Exercise goal:
Can you restate the lines of the entries below, word for word, from the first one through the line that includes "#17=DIRECTION('',(1.,0.,0.));"?

Input material:
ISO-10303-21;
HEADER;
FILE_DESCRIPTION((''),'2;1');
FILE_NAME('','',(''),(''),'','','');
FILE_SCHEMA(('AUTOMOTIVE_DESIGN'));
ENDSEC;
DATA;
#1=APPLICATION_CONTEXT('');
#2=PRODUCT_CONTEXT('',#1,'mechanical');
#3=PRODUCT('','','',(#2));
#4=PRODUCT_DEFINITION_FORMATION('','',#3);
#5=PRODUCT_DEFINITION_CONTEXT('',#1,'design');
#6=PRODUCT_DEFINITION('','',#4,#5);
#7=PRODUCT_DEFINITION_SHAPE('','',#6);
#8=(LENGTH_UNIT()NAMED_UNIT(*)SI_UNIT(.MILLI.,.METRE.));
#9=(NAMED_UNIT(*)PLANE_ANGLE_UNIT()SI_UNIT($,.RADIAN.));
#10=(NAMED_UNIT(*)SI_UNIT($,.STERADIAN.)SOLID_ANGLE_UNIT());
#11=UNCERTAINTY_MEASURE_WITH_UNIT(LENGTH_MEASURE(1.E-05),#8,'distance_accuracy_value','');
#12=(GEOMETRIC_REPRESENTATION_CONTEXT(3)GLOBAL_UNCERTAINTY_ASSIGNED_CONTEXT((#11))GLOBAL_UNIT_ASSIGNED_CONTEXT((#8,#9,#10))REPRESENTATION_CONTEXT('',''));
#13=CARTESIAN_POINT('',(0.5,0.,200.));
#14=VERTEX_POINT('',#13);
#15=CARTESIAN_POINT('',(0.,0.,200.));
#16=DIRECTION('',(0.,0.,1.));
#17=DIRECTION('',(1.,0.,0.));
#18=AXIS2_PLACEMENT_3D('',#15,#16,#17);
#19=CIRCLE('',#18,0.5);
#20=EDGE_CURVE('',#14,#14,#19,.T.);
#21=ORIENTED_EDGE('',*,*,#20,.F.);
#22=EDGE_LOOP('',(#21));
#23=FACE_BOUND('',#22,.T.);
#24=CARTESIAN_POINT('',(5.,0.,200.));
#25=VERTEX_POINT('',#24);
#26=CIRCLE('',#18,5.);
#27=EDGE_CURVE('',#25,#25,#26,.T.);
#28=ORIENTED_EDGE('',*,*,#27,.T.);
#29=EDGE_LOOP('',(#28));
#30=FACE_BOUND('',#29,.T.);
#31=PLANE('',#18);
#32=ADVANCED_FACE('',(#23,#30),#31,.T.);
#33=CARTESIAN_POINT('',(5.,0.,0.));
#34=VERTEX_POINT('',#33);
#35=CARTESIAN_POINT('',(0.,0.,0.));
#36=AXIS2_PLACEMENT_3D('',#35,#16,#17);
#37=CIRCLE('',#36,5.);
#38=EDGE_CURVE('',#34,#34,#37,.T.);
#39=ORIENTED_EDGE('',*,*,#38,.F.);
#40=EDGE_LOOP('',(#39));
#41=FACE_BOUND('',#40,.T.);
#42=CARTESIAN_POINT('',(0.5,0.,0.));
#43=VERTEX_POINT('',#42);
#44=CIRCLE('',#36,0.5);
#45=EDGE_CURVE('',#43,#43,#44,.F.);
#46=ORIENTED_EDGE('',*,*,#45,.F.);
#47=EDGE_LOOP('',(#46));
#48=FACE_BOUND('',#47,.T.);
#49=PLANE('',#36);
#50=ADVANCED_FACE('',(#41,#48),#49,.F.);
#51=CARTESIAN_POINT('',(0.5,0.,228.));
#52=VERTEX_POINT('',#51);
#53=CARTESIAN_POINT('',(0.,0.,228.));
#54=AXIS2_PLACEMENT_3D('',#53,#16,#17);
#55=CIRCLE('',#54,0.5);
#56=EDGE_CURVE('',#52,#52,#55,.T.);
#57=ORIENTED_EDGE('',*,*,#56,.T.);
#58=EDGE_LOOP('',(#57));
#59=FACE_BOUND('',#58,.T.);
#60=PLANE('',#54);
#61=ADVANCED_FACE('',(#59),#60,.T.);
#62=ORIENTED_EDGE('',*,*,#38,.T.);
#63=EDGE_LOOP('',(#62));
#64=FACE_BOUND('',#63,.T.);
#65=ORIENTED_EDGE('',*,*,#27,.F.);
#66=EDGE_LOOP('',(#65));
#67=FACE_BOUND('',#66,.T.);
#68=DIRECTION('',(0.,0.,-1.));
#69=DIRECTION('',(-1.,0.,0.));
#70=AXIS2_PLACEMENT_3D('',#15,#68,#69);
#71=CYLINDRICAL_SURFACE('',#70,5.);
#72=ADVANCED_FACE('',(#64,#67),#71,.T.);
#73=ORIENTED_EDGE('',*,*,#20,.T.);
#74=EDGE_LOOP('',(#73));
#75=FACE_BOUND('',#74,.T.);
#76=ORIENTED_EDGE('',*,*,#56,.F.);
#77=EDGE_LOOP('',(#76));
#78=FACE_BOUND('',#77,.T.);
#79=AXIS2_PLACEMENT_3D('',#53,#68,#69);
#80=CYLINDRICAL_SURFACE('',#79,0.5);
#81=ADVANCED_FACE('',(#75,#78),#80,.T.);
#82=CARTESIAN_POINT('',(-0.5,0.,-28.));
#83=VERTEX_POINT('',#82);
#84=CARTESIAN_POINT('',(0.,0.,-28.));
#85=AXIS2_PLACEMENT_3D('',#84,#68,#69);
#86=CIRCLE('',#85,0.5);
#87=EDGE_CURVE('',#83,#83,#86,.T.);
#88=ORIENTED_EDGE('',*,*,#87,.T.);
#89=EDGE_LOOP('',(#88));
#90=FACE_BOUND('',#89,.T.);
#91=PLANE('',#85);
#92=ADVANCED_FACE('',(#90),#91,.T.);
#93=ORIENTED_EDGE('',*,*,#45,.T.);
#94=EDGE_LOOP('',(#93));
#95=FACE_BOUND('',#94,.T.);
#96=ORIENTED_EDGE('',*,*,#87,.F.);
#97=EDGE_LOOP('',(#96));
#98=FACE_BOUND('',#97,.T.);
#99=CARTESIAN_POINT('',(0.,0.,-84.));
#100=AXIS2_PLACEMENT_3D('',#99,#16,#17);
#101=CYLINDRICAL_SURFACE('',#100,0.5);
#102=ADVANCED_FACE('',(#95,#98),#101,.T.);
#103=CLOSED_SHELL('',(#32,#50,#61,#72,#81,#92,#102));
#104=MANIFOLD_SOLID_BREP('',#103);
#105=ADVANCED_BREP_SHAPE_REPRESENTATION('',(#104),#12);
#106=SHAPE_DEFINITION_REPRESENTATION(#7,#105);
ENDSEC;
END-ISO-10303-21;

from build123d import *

# Parameters (mm, degrees)
SKETCH_7_R          = 5
EXTRUDE_4_DEPTH     = 200
SKETCH_8_R          = 0.5
EXTRUDE_5_DEPTH     = 28
EXTRUDE_START       = 84
SKETCH_9_R          = 0.5
EXTRUDE_6_DEPTH     = 84
SKETCH_10_R         = 0.5
CUT_EXTRUDE_1_DEPTH = 56


with BuildPart() as part:
    # 草图7 → 凸台-拉伸4 (new body)
    with BuildSketch(Plane.XY):
        Circle(SKETCH_7_R)
    extrude(amount=EXTRUDE_4_DEPTH)

    # 草图8 → 凸台-拉伸5 (add)
    with BuildSketch(Plane.XY.offset(200)):
        Circle(SKETCH_8_R)
    extrude(amount=EXTRUDE_5_DEPTH)

    # 草图9 → 凸台-拉伸6 (add)
    with BuildSketch(Plane(origin=(0, 0, 0), x_dir=(-1, 0, 0), z_dir=(0, 0, -1)).offset(EXTRUDE_START)):
        with Locations(Location((0, 0, 0), (0, 0, 180))):
            Circle(SKETCH_9_R)
    extrude(amount=-EXTRUDE_6_DEPTH)

    # 草图10 → 切除-拉伸1 (cut)
    with BuildSketch(Plane(origin=(0, 0, -84), x_dir=(-1, 0, 0), z_dir=(0, 0, -1))):
        with Locations(Location((0, 0, 0), (0, 0, 180))):
            Circle(SKETCH_10_R)
    extrude(amount=-CUT_EXTRUDE_1_DEPTH, mode=Mode.SUBTRACT)


solid = part.part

Answer section:
ISO-10303-21;
HEADER;
FILE_DESCRIPTION((''),'2;1');
FILE_NAME('','',(''),(''),'','','');
FILE_SCHEMA(('AUTOMOTIVE_DESIGN'));
ENDSEC;
DATA;
#1=APPLICATION_CONTEXT('');
#2=PRODUCT_CONTEXT('',#1,'mechanical');
#3=PRODUCT('','','',(#2));
#4=PRODUCT_DEFINITION_FORMATION('','',#3);
#5=PRODUCT_DEFINITION_CONTEXT('',#1,'design');
#6=PRODUCT_DEFINITION('','',#4,#5);
#7=PRODUCT_DEFINITION_SHAPE('','',#6);
#8=(LENGTH_UNIT()NAMED_UNIT(*)SI_UNIT(.MILLI.,.METRE.));
#9=(NAMED_UNIT(*)PLANE_ANGLE_UNIT()SI_UNIT($,.RADIAN.));
#10=(NAMED_UNIT(*)SI_UNIT($,.STERADIAN.)SOLID_ANGLE_UNIT());
#11=UNCERTAINTY_MEASURE_WITH_UNIT(LENGTH_MEASURE(1.E-05),#8,'distance_accuracy_value','');
#12=(GEOMETRIC_REPRESENTATION_CONTEXT(3)GLOBAL_UNCERTAINTY_ASSIGNED_CONTEXT((#11))GLOBAL_UNIT_ASSIGNED_CONTEXT((#8,#9,#10))REPRESENTATION_CONTEXT('',''));
#13=CARTESIAN_POINT('',(0.5,0.,200.));
#14=VERTEX_POINT('',#13);
#15=CARTESIAN_POINT('',(0.,0.,200.));
#16=DIRECTION('',(0.,0.,1.));
#17=DIRECTION('',(1.,0.,0.));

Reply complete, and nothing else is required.